The difference isn’t the tool. It’s the user’s depth of understanding.
This is the model for the future: AI as a powerful amplifier of human expertise, not a replacement for it. AI will provide humans the ability to at a higher cognitive level of thinking.
My Advice
I’ve watched technology eliminate jobs (if you are old like me, you can remember going to a store to purchase a CD. Those store clerks were displaced once music went online and users were purchasing and downloading music from services like Napster), transform jobs (accountants today versus 1990’s), and create entirely new industries (social media management didn’t exist when I started my career). Here’s what I’ve learned:
The people who thrive through technological change are those who stay curious and adaptable. They learn new tools. They understand foundational principles deeply enough to apply them in new contexts.
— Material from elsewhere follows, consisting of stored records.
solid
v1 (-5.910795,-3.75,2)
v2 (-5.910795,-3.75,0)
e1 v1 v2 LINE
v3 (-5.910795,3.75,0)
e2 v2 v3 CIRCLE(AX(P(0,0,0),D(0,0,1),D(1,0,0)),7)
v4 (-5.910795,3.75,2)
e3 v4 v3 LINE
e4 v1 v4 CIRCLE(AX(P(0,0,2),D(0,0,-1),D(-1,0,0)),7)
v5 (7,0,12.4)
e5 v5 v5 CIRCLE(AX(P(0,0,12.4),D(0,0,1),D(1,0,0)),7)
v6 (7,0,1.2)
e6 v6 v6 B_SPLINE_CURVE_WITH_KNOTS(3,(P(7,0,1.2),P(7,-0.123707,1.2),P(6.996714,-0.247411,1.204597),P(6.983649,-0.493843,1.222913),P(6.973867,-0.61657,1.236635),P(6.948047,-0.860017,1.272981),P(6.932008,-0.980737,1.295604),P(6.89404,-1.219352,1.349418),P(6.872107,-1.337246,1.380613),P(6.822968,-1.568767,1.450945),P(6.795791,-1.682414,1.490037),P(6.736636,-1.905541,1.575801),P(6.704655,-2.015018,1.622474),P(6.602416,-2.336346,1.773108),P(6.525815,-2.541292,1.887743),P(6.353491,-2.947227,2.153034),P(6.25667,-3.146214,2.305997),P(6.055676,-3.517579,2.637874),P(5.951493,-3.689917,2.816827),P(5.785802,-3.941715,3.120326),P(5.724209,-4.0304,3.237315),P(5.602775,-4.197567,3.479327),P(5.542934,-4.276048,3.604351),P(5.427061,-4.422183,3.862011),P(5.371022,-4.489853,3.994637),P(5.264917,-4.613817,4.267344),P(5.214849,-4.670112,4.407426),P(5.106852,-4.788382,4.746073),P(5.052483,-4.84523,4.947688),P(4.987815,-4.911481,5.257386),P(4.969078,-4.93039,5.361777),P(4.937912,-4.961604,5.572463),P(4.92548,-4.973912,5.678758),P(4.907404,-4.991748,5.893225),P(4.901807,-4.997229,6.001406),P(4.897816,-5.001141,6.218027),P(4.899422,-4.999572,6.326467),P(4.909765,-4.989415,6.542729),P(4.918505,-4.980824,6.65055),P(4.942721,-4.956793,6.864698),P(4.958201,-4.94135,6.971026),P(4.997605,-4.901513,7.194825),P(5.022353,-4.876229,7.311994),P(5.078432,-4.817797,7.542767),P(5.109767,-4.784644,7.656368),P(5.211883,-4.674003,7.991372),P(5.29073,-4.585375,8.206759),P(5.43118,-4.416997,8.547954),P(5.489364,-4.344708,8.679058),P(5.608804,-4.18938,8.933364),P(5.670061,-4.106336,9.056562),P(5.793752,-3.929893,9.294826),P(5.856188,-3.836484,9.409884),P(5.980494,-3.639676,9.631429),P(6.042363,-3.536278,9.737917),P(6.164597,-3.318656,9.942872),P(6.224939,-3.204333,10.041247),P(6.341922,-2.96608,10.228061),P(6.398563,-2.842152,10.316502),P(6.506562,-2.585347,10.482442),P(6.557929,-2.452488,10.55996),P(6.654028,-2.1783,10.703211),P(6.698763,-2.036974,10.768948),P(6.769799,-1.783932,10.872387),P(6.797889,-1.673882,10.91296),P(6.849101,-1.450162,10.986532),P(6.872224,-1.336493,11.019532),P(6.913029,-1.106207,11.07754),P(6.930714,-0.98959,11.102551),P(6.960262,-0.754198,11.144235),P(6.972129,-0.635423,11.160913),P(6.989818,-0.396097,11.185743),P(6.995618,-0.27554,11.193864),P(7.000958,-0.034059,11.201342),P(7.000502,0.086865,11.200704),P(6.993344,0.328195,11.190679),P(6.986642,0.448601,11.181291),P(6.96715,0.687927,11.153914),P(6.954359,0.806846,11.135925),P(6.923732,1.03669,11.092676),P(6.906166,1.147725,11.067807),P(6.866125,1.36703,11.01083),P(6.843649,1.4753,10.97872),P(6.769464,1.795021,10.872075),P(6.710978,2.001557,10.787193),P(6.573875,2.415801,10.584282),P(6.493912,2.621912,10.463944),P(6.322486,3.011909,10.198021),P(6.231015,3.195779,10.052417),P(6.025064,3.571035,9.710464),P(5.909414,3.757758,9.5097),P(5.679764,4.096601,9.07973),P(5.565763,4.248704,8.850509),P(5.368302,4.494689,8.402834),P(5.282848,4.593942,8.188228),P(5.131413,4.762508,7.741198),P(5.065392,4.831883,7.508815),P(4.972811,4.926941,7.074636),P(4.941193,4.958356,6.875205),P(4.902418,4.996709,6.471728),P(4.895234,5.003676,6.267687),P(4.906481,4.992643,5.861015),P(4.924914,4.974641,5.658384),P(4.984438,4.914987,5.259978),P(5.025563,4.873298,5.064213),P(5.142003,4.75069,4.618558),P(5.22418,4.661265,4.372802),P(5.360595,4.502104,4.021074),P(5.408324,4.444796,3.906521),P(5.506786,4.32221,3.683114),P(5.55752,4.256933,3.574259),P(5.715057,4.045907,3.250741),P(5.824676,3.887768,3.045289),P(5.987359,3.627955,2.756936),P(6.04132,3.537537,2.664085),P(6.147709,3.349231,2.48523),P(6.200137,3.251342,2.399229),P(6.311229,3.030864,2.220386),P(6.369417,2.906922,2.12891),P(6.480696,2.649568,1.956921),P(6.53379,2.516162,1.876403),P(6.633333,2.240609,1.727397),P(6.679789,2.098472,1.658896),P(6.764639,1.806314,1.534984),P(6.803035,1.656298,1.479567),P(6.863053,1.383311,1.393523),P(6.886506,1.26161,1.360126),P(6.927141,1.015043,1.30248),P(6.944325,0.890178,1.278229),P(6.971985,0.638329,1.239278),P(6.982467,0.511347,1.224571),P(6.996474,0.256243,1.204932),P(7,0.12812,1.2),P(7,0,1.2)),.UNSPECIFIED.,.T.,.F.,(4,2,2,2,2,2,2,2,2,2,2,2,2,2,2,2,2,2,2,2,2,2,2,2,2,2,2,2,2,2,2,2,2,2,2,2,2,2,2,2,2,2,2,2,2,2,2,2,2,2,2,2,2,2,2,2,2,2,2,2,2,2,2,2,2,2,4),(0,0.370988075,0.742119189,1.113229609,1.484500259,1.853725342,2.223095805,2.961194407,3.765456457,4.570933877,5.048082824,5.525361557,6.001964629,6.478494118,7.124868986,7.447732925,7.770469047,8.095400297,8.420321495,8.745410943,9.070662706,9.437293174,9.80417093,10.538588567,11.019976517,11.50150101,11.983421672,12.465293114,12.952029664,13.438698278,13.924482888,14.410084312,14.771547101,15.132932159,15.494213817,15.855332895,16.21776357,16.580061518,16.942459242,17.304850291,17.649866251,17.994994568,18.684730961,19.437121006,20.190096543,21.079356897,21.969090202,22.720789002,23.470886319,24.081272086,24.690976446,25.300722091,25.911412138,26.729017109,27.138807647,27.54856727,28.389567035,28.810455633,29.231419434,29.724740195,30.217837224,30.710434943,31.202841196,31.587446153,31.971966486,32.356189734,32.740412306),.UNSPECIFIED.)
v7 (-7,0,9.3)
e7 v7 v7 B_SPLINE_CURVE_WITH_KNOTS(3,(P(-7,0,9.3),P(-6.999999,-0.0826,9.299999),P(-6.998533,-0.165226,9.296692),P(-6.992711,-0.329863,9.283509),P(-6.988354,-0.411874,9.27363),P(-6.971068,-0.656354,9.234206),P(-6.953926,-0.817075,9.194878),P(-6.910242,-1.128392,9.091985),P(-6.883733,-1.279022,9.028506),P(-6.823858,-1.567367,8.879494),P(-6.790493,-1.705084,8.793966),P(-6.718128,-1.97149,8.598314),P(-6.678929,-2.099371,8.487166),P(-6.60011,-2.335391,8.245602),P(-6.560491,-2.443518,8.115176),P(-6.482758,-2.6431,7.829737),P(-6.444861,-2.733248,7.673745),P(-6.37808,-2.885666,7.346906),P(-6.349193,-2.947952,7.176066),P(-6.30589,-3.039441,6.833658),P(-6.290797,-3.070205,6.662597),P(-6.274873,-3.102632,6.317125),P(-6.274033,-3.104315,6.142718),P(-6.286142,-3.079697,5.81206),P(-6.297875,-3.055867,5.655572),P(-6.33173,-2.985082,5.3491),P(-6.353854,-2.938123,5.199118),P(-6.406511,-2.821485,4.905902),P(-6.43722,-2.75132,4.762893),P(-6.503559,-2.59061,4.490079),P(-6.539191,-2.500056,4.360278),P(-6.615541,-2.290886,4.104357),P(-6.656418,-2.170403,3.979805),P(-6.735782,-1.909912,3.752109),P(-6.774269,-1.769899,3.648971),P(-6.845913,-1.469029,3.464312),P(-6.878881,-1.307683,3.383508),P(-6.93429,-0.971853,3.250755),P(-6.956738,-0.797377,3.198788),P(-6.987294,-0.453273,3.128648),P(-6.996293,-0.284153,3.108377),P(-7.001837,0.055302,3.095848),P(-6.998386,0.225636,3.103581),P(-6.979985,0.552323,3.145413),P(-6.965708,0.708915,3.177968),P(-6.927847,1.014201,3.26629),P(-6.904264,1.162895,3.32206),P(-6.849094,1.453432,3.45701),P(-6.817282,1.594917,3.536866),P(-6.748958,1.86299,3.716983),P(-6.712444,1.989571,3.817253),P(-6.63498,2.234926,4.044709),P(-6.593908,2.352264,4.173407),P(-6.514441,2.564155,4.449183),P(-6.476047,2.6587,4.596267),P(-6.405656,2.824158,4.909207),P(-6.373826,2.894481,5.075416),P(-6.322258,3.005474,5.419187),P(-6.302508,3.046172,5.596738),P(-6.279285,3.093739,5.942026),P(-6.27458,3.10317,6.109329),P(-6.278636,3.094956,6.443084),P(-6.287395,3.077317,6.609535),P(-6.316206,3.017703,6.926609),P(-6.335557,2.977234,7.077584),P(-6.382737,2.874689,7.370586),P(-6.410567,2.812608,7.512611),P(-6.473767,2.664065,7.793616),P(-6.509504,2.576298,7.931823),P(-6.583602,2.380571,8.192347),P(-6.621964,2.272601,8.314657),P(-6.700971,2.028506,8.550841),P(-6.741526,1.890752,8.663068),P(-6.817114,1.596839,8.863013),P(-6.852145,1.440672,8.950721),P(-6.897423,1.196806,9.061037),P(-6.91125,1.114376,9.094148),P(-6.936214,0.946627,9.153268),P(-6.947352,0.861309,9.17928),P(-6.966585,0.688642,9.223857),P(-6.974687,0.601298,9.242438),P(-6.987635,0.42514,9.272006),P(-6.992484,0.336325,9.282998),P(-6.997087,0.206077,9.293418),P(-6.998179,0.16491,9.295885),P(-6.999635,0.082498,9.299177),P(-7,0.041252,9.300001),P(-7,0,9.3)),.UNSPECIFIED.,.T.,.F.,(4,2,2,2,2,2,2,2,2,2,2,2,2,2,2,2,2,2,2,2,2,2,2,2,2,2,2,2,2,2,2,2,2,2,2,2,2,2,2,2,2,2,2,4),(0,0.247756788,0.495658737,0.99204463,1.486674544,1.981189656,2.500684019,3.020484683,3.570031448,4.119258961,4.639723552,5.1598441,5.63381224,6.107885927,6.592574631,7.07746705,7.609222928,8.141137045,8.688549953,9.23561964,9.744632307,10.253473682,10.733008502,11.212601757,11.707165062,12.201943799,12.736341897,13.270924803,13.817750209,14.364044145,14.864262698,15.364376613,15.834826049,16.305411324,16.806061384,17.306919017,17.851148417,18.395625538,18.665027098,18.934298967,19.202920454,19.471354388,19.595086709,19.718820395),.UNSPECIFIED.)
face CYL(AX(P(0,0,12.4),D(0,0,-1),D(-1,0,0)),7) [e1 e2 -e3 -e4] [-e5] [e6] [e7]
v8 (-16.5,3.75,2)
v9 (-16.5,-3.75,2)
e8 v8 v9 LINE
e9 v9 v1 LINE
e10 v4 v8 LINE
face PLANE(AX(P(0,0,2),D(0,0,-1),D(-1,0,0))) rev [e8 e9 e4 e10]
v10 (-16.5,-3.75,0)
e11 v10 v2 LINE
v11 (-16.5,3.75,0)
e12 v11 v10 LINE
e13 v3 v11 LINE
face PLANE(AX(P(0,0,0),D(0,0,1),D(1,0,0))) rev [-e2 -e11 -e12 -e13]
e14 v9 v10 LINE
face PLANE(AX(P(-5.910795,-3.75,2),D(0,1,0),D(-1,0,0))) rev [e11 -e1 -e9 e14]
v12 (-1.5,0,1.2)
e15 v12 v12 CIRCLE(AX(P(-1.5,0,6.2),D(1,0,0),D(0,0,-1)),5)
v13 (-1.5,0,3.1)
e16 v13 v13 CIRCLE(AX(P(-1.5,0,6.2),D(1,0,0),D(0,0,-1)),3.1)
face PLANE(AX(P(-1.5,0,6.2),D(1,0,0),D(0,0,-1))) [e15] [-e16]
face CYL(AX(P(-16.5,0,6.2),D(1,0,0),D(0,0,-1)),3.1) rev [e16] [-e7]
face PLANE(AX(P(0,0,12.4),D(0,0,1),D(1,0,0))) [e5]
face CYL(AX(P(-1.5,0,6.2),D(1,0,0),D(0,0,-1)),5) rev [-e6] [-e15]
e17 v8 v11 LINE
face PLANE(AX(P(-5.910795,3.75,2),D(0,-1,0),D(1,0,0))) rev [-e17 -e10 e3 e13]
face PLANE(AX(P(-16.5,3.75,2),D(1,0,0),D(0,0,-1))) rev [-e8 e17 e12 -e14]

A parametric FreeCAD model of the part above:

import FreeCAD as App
import Part
import Sketcher


def add_polygon(sketch, points):
    """Adds a closed chain of lines whose ends are joined by coincident constraints."""
    first, n = sketch.GeometryCount, len(points)
    for a, b in zip(points, points[1:] + points[:1]):
        sketch.addGeometry(Part.LineSegment(App.Vector(*a, 0), App.Vector(*b, 0)), False)
    for i in range(n):
        sketch.addConstraint(Sketcher.Constraint("Coincident", first + i, 2, first + (i + 1) % n, 1))

doc = App.newDocument("Part")
body = doc.addObject("PartDesign::Body", "Body")

sketch1 = body.newObject("Sketcher::SketchObject", "Sketch")
sketch1.AttachmentSupport = (doc.getObject("XY_Plane"), [""])
sketch1.MapMode = "FlatFace"
sketch1.addGeometry(Part.Circle(App.Vector(0, 0, 0), App.Vector(0, 0, 1), 7), False)
sketch1.addConstraint([
    Sketcher.Constraint("Coincident", 0, 3, -1, 1),
    Sketcher.Constraint("Diameter", 0, 14.0),
])
pad1 = body.newObject("PartDesign::Pad", "Pad")
pad1.Profile = sketch1
pad1.Length = 12.4

sketch2 = body.newObject("Sketcher::SketchObject", "Sketch001")
sketch2.AttachmentSupport = (doc.getObject("XY_Plane"), [""])
sketch2.MapMode = "FlatFace"
add_polygon(sketch2, [(-16.5, 3.75), (-16.5, -3.75), (-5.910795, -3.75), (-5.910795, 3.75)])
sketch2.addConstraint([
    Sketcher.Constraint("Vertical", 0),
    Sketcher.Constraint("Horizontal", 1),
    Sketcher.Constraint("Vertical", 2),
    Sketcher.Constraint("Horizontal", 3),
    Sketcher.Constraint("DistanceY", 0, 2, 0, 1, 7.5),
    Sketcher.Constraint("DistanceX", 0, 2, -1, 1, 16.5),
    Sketcher.Constraint("DistanceY", 0, 2, -1, 1, 3.75),
    Sketcher.Constraint("DistanceX", 1, 1, 1, 2, 10.589205),
])
pad2 = body.newObject("PartDesign::Pad", "Pad001")
pad2.Profile = sketch2
pad2.Length = 2

sketch3 = body.newObject("Sketcher::SketchObject", "Sketch002")
sketch3.AttachmentSupport = (doc.getObject("YZ_Plane"), [""])
sketch3.MapMode = "FlatFace"
sketch3.addGeometry(Part.Circle(App.Vector(0, 6.2, 0), App.Vector(0, 0, 1), 5), False)
sketch3.addConstraint([
    Sketcher.Constraint("PointOnObject", 0, 3, -2),
    Sketcher.Constraint("Diameter", 0, 10.0),
    Sketcher.Constraint("DistanceY", -1, 1, 0, 3, 6.2),
])
pocket1 = body.newObject("PartDesign::Pocket", "Pocket")
pocket1.Profile = sketch3
pocket1.Type = "TwoLengths"
pocket1.Length = 8
pocket1.Length2 = 1.5
pocket1.Reversed = True

sketch4 = body.newObject("Sketcher::SketchObject", "Sketch003")
sketch4.AttachmentSupport = (doc.getObject("YZ_Plane"), [""])
sketch4.MapMode = "FlatFace"
sketch4.AttachmentOffset = App.Placement(App.Vector(0, 0, -1.5), App.Rotation())
sketch4.addGeometry(Part.Circle(App.Vector(0, 6.2, 0), App.Vector(0, 0, 1), 3.1), False)
sketch4.addConstraint([
    Sketcher.Constraint("PointOnObject", 0, 3, -2),
    Sketcher.Constraint("Diameter", 0, 6.2),
    Sketcher.Constraint("DistanceY", -1, 1, 0, 3, 6.2),
])
pocket2 = body.newObject("PartDesign::Pocket", "Pocket001")
pocket2.Profile = sketch4
pocket2.Type = "ThroughAll"

doc.recompute()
They focus on solving problems, not just executing techniques.
If you’re worried about AI taking your job, the solution isn’t to avoid AI but rather it’s to become the person who understands both the technology and the human context well enough to use it effectively. Learn to code not just so you can write code, but so you understand what good code looks like and can evaluate AI-generated solutions. Study design not just to design, but to develop aesthetic judgment that AI lacks.
Build skills in layers. Master the foundations. Add AI literacy. Cultivate the human skills that AI can’t replicate. The combination makes you invaluable.
Conclusion
Will AI take your job? The honest answer is: it depends on what your job is and how adaptable you’re willing to be.
If your career path relies entirely on repetitive tasks that follow predictable patterns, yes AI will significantly impact your opportunities. But if you’re building expertise that combines technical knowledge, creative problem solving skills, and human judgment, you’re positioning yourself for a career that AI will enhance rather than eliminate.
The future belongs to those who can work with AI, not just alongside it or in fear of it. Understanding what AI does well and what it struggles with isn’t just academic, it’s practical career planning. The students sitting in my classroom today won’t just compete with AI; they’ll leverage it to accomplish things neither humans nor AI could do alone.
That’s not a guarantee that the transition will be smooth or that everyone will find their footing easily. Change is hard, and technological disruption creates real challenges for real people. But it’s also true that every major technological shift has created more opportunities than it eliminated. Albeit, just different ones than existed before.
Your job isn’t to predict the future perfectly. It’s to build a foundation strong enough to adapt to whatever comes next. Learn deeply. Stay curious. Focus on developing judgment and creativity alongside technical skills. And remember: the goal isn’t to compete with AI but rather it’s to become the kind of professional who knows exactly how to make AI do the heavy lifting while you focus on the work that actually matters.
Last final words, if you are a student who is in his beginning high school career, take as many AI classes as are being offered at your school. This will only help you advance your future career not hinder it. If you are a displaced worker, start to build your future career with free courses and certifications as time permits. Build your skill set expeditiously but consistenly. In either case, start building those important skillsets today, the future is being built in real time and there is still room for your contribution.